» **Instructions for the task**
Your task is to repeat exactly the lines below between the line holding "f 127 122 125" and the line holding "v -10.294 -2.5 7.294", inclusive, and only those.

» **Material for this exercise**
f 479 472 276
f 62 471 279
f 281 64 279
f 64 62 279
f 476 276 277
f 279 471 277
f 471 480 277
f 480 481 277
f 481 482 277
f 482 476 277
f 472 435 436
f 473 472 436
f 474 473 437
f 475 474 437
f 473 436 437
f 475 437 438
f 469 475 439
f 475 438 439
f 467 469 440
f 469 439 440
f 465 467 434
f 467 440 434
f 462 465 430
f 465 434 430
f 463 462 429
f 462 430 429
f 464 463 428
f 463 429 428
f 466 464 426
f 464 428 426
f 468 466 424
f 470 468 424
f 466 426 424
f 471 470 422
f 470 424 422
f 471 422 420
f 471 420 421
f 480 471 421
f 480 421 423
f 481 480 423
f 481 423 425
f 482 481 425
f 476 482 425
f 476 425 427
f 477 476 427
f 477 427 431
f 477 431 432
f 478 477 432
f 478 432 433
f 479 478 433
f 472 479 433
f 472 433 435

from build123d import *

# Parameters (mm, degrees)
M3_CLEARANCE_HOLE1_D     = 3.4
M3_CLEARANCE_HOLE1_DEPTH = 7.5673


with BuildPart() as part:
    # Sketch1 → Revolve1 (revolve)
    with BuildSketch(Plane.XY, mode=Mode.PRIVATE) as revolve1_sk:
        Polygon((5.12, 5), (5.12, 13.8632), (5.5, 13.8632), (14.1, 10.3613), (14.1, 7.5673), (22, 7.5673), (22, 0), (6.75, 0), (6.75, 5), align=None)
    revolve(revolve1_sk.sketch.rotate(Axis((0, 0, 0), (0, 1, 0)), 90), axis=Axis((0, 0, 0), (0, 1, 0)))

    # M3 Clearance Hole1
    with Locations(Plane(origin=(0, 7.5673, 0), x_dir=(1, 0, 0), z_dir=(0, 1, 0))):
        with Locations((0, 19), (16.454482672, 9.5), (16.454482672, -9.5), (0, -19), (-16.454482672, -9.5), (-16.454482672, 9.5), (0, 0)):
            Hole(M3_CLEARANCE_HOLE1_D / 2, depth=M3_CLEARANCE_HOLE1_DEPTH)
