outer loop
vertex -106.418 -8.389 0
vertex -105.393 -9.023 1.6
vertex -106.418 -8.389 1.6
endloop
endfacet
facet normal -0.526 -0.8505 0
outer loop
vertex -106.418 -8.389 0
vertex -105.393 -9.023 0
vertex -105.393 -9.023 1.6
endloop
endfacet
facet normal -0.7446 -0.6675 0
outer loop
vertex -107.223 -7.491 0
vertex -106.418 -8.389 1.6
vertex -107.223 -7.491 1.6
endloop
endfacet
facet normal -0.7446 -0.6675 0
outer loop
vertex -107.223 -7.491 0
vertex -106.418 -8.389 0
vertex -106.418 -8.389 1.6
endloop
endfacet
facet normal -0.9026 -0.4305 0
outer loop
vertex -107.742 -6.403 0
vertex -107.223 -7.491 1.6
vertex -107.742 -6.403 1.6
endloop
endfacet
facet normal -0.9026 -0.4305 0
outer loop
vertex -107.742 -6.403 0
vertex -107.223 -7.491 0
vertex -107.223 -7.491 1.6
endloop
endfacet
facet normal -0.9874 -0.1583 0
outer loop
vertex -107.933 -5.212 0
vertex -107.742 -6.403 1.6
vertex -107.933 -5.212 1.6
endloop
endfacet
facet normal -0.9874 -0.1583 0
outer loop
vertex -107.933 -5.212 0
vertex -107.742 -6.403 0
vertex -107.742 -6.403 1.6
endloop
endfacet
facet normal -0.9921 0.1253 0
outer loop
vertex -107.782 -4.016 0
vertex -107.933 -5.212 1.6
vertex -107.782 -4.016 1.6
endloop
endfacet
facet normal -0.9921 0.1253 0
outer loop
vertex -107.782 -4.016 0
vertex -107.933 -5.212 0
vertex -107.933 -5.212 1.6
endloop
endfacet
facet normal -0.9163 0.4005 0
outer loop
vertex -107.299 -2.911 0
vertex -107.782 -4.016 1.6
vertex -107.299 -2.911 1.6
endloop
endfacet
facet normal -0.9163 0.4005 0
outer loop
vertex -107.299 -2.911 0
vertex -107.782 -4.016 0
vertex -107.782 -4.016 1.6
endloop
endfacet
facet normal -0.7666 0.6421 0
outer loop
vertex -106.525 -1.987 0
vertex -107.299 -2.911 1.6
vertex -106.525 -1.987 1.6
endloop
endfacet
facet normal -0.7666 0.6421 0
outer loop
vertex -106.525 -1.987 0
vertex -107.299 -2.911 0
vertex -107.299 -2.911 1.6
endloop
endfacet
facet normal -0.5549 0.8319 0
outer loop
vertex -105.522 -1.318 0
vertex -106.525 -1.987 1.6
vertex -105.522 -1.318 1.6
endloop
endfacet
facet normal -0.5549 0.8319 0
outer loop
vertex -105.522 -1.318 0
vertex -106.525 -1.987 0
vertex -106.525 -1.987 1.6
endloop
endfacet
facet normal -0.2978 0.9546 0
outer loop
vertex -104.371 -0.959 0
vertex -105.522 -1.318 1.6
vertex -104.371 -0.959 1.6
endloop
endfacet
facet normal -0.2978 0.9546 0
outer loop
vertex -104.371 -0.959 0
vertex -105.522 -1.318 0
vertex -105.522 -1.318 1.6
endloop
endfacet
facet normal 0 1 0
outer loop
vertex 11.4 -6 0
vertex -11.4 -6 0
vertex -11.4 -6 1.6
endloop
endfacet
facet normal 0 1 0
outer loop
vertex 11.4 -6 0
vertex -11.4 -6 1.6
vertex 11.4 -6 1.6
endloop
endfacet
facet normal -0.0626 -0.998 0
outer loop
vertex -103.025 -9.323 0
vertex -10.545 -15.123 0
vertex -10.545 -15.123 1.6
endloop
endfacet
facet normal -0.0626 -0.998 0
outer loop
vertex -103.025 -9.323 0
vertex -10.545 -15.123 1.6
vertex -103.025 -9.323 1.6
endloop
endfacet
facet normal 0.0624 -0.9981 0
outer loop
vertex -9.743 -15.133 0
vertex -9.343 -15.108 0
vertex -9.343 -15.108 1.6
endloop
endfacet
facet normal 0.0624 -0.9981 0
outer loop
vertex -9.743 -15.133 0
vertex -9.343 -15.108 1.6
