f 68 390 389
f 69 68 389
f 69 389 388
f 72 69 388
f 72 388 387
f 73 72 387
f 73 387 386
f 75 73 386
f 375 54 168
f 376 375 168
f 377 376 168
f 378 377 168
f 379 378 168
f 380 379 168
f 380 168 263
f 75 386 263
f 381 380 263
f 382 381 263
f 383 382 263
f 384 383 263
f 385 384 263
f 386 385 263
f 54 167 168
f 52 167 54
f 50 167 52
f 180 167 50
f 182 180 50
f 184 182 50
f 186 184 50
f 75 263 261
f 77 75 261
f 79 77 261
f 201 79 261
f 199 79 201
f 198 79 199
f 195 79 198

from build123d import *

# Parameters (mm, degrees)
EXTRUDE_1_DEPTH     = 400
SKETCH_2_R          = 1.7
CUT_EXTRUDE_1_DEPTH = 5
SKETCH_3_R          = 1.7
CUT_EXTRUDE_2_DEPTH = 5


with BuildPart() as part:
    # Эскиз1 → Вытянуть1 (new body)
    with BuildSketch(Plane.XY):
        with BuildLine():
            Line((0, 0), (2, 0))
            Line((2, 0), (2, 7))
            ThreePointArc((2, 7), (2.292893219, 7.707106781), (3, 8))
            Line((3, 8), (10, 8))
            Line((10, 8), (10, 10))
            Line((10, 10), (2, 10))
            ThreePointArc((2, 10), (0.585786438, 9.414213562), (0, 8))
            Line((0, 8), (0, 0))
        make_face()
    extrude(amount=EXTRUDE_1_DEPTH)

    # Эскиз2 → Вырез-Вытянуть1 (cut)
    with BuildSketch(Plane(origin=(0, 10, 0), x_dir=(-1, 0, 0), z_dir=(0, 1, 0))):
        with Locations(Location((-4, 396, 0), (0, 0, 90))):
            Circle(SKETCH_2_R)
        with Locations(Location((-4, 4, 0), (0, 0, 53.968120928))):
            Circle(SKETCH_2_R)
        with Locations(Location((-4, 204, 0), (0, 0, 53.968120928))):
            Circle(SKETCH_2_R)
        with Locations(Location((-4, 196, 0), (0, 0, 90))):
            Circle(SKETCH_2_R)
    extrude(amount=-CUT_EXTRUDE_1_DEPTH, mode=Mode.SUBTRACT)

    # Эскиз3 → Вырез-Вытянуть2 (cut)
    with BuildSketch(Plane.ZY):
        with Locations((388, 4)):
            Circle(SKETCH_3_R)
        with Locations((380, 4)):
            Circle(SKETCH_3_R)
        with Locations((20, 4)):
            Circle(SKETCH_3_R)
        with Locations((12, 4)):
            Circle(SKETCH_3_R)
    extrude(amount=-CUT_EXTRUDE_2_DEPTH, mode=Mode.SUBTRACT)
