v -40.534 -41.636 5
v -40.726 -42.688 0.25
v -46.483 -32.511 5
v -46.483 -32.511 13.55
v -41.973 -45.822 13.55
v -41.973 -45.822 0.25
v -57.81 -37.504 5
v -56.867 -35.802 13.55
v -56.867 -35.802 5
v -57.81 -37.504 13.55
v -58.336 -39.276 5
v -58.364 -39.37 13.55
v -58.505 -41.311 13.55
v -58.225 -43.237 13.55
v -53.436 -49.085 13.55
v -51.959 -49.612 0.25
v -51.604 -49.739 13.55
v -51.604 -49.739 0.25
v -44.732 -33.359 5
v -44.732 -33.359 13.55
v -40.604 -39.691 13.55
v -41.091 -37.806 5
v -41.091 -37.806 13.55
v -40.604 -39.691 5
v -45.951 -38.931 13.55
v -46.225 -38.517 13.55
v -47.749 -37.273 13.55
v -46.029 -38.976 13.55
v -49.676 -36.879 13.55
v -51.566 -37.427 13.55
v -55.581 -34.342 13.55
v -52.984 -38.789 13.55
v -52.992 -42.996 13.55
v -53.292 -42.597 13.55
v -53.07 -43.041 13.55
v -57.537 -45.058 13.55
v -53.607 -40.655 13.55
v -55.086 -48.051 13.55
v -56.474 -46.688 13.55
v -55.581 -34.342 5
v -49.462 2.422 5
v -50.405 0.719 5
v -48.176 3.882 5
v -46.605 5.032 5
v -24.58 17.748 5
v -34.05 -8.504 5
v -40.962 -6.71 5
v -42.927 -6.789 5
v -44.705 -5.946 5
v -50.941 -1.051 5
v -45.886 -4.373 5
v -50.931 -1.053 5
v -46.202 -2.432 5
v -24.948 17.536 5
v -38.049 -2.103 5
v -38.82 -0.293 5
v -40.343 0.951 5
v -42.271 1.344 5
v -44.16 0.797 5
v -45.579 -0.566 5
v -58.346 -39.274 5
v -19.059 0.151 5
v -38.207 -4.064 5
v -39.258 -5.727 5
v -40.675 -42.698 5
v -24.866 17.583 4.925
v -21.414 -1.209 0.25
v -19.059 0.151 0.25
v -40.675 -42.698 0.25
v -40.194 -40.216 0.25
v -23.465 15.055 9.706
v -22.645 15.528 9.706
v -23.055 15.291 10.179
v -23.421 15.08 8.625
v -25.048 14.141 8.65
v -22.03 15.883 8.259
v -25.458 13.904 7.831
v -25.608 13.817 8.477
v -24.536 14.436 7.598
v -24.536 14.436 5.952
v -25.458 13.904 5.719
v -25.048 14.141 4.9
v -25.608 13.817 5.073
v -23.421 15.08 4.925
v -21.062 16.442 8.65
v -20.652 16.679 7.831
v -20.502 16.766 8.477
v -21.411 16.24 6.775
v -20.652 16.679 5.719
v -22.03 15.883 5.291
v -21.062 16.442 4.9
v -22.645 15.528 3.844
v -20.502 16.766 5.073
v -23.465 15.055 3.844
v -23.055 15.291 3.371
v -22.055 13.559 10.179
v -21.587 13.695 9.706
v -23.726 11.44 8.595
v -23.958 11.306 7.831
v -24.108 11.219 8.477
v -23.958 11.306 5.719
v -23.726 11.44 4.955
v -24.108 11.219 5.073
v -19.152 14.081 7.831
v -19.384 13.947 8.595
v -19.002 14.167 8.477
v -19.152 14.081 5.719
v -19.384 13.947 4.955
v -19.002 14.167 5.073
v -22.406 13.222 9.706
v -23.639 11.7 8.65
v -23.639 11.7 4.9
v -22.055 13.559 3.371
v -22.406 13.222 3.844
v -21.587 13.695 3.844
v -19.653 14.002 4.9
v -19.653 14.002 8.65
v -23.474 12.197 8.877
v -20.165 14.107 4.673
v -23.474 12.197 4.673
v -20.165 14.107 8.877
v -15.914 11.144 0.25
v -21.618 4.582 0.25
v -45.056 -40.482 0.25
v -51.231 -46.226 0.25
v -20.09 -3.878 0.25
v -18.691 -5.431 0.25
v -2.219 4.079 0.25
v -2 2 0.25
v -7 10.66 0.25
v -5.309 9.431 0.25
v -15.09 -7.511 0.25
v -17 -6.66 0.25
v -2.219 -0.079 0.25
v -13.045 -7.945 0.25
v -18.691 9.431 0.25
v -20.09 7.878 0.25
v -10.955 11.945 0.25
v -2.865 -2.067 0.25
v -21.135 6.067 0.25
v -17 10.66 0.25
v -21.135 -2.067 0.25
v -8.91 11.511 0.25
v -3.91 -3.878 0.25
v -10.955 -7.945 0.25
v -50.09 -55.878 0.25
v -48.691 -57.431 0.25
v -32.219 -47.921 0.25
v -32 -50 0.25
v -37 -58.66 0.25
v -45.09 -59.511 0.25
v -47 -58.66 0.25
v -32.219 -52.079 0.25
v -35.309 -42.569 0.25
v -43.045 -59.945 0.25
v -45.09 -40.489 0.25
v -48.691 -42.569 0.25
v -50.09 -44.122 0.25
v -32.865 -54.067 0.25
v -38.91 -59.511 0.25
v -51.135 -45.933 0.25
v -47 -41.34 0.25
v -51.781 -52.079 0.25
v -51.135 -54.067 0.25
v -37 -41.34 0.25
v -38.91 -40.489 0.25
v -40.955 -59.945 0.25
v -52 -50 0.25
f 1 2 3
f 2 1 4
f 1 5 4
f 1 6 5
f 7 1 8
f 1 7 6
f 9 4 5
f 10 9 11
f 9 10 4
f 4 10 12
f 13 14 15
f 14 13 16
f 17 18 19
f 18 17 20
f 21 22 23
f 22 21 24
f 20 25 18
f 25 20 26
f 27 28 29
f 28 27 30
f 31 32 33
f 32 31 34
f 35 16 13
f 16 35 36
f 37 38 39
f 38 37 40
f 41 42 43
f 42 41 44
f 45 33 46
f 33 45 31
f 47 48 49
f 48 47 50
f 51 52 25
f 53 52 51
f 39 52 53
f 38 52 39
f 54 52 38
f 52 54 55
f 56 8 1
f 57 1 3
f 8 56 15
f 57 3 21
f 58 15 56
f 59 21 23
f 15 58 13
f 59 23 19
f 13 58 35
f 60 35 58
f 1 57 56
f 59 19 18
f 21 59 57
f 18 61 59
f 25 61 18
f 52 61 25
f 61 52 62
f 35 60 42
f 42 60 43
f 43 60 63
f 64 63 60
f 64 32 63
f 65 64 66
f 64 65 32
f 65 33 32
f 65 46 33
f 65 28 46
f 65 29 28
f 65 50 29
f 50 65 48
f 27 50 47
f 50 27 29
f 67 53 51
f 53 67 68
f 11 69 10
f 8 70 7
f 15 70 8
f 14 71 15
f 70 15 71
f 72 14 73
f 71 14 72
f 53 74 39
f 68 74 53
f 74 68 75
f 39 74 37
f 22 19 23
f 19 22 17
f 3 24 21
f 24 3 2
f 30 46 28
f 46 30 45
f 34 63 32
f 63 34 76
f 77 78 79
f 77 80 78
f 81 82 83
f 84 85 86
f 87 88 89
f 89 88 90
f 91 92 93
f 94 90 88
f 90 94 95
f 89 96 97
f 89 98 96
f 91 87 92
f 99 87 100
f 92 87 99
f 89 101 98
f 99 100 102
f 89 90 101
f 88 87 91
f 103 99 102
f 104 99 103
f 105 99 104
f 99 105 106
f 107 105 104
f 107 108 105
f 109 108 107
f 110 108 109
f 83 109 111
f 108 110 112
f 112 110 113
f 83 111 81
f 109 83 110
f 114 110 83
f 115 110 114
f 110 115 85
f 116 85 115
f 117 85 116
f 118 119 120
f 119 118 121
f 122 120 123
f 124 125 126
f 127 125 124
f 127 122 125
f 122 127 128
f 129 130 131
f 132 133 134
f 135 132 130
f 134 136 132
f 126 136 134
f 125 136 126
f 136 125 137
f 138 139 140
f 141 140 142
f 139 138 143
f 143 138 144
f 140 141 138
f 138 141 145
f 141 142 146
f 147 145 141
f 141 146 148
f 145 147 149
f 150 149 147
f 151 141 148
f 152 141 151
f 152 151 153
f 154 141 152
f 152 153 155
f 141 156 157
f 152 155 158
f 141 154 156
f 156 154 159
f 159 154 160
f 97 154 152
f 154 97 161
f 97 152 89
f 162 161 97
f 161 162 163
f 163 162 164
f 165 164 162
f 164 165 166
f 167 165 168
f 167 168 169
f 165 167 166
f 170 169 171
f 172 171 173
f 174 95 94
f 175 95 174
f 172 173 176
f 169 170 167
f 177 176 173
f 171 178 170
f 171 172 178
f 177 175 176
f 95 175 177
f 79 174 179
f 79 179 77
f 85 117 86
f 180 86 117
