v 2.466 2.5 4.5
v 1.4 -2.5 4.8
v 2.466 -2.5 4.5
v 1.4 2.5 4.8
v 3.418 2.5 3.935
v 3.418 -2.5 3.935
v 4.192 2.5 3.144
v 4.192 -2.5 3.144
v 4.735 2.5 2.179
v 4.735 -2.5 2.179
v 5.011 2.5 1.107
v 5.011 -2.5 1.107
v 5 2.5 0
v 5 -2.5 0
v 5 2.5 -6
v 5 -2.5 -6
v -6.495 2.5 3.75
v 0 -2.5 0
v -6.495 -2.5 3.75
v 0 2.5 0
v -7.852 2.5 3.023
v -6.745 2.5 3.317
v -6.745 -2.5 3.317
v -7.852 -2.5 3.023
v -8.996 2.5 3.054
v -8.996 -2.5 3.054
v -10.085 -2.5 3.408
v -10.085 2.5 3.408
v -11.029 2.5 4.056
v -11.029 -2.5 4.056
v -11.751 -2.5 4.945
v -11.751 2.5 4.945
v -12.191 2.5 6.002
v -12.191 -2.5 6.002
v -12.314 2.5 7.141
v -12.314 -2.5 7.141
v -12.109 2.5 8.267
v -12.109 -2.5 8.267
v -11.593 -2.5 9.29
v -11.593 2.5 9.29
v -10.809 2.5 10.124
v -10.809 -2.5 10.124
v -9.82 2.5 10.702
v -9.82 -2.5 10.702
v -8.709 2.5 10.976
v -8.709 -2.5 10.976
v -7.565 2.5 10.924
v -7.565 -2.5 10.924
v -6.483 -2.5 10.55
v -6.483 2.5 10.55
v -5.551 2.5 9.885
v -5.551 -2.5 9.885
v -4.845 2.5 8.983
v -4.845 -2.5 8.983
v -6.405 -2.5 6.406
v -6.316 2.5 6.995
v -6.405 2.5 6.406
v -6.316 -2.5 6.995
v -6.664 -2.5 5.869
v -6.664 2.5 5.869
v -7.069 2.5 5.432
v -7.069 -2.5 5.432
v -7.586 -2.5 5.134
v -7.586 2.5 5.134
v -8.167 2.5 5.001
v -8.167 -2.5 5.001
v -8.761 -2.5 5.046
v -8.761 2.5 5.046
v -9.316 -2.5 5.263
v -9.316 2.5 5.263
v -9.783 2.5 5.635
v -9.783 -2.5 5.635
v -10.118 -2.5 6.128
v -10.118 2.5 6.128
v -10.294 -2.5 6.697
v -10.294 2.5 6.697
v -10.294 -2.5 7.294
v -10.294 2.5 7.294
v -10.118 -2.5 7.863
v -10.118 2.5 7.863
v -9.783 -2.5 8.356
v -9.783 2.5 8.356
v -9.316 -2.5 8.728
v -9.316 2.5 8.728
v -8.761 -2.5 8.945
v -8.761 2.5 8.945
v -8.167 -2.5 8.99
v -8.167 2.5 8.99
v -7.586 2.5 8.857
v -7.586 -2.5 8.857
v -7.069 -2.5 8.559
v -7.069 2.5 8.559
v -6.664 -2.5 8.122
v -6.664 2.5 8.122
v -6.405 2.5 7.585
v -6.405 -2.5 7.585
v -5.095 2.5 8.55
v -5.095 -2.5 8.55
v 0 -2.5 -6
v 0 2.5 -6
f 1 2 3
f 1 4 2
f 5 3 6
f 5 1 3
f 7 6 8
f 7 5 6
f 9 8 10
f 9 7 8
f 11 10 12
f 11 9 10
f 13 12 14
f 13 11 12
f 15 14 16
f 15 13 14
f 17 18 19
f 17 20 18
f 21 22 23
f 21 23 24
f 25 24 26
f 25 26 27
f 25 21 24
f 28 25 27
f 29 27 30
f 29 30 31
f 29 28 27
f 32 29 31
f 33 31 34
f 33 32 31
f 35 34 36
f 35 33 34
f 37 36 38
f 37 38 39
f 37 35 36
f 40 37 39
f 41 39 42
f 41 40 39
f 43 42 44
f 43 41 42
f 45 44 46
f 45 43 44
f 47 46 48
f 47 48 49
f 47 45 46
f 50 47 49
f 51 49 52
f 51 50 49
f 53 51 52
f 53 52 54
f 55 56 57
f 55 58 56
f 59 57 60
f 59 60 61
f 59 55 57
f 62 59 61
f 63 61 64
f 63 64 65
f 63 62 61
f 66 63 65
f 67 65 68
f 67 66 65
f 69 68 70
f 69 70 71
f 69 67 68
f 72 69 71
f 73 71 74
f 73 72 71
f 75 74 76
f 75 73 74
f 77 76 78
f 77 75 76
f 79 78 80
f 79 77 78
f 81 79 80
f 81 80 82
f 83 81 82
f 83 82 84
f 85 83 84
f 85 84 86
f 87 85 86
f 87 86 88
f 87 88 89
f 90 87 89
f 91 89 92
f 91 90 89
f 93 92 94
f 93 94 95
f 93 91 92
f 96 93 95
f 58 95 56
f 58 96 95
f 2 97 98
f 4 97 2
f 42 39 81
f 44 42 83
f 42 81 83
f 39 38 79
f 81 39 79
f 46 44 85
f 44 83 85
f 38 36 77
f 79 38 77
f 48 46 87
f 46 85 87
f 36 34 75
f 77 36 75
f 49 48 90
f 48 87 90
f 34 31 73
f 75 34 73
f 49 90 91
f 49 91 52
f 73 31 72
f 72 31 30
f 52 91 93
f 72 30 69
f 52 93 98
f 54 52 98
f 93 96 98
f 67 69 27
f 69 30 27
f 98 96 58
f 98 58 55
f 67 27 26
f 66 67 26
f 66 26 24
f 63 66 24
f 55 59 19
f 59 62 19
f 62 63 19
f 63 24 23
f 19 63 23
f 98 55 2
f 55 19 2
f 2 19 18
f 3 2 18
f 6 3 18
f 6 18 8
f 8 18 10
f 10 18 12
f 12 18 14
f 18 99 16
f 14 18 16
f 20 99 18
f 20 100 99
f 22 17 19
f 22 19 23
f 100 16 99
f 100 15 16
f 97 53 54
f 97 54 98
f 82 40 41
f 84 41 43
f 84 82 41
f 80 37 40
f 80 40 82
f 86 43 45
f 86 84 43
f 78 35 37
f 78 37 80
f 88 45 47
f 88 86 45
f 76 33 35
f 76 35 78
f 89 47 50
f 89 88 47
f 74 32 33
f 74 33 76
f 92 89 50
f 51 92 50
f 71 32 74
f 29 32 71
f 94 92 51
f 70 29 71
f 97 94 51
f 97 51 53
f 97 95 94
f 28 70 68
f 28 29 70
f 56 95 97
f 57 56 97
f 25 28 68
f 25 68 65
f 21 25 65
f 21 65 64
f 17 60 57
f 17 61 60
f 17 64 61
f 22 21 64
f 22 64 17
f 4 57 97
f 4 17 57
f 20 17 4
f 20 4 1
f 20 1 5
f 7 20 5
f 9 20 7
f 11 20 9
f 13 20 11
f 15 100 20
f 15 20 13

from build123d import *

# Parameters (mm, degrees)
SKETCH1_R           = 2
BOSS_EXTRUDE2_DEPTH = 2.5


with BuildPart() as part:
    # Sketch1 → Boss-Extrude2 (new body, symmetric)
    with BuildSketch(Plane(origin=(0, 0, 0), x_dir=(1, 0, 0), z_dir=(0, 1, 0))):
        with BuildLine():
            Line((0, 0), (-6.495190528, -3.75))
            Line((-6.495190528, -3.75), (-6.745190528, -3.316987298))
            ThreePointArc((-6.745190528, -3.316987298), (-12.108900988, -8.267189567), (-4.845190528, -8.983012702))
            Line((-4.845190528, -8.983012702), (-5.095190528, -8.55))
            Line((-5.095190528, -8.55), (1.4, -4.8))
            ThreePointArc((1.4, -4.8), (4.191681084, -3.143760813), (5, 0))
            Line((5, 0), (5, 6))
            Line((5, 6), (0, 6))
            Line((0, 6), (0, 0))
        make_face()
        with Locations((-8.316447957, -6.99545846)):
            Circle(SKETCH1_R, mode=Mode.SUBTRACT)
    extrude(amount=BOSS_EXTRUDE2_DEPTH, both=True)


solid = part.part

» **Solution to this exercise**
f 127 122 125
f 122 127 128
f 129 130 131
f 132 133 134
f 135 132 130
f 134 136 132
f 126 136 134
f 125 136 126
f 136 125 137
f 138 139 140
f 141 140 142
f 139 138 143
f 143 138 144
f 140 141 138
f 138 141 145
f 141 142 146
f 147 145 141
f 141 146 148
f 145 147 149
f 150 149 147
f 151 141 148
f 152 141 151
f 152 151 153
f 154 141 152
f 152 153 155
f 141 156 157
f 152 155 158
f 141 154 156
f 156 154 159
f 159 154 160
f 97 154 152
f 154 97 161
f 97 152 89
f 162 161 97
f 161 162 163
f 163 162 164
f 165 164 162
f 164 165 166
f 167 165 168
f 167 168 169
f 165 167 166
f 170 169 171
f 172 171 173
f 174 95 94
f 175 95 174
f 172 173 176
f 169 170 167
f 177 176 173
f 171 178 170
f 171 172 178
f 177 175 176
f 95 175 177
f 79 174 179
f 79 179 77
f 85 117 86
f 180 86 117
v 2.466 2.5 4.5
v 1.4 -2.5 4.8
v 2.466 -2.5 4.5
v 1.4 2.5 4.8
v 3.418 2.5 3.935
v 3.418 -2.5 3.935
v 4.192 2.5 3.144
v 4.192 -2.5 3.144
v 4.735 2.5 2.179
v 4.735 -2.5 2.179
v 5.011 2.5 1.107
v 5.011 -2.5 1.107
v 5 2.5 0
v 5 -2.5 0
v 5 2.5 -6
v 5 -2.5 -6
v -6.495 2.5 3.75
v 0 -2.5 0
v -6.495 -2.5 3.75
v 0 2.5 0
v -7.852 2.5 3.023
v -6.745 2.5 3.317
v -6.745 -2.5 3.317
v -7.852 -2.5 3.023
v -8.996 2.5 3.054
v -8.996 -2.5 3.054
v -10.085 -2.5 3.408
v -10.085 2.5 3.408
v -11.029 2.5 4.056
v -11.029 -2.5 4.056
v -11.751 -2.5 4.945
v -11.751 2.5 4.945
v -12.191 2.5 6.002
v -12.191 -2.5 6.002
v -12.314 2.5 7.141
v -12.314 -2.5 7.141
v -12.109 2.5 8.267
v -12.109 -2.5 8.267
v -11.593 -2.5 9.29
v -11.593 2.5 9.29
v -10.809 2.5 10.124
v -10.809 -2.5 10.124
v -9.82 2.5 10.702
v -9.82 -2.5 10.702
v -8.709 2.5 10.976
v -8.709 -2.5 10.976
v -7.565 2.5 10.924
v -7.565 -2.5 10.924
v -6.483 -2.5 10.55
v -6.483 2.5 10.55
v -5.551 2.5 9.885
v -5.551 -2.5 9.885
v -4.845 2.5 8.983
v -4.845 -2.5 8.983
v -6.405 -2.5 6.406
v -6.316 2.5 6.995
v -6.405 2.5 6.406
v -6.316 -2.5 6.995
v -6.664 -2.5 5.869
v -6.664 2.5 5.869
v -7.069 2.5 5.432
v -7.069 -2.5 5.432
v -7.586 -2.5 5.134
v -7.586 2.5 5.134
v -8.167 2.5 5.001
v -8.167 -2.5 5.001
v -8.761 -2.5 5.046
v -8.761 2.5 5.046
v -9.316 -2.5 5.263
v -9.316 2.5 5.263
v -9.783 2.5 5.635
v -9.783 -2.5 5.635
v -10.118 -2.5 6.128
v -10.118 2.5 6.128
v -10.294 -2.5 6.697
v -10.294 2.5 6.697
v -10.294 -2.5 7.294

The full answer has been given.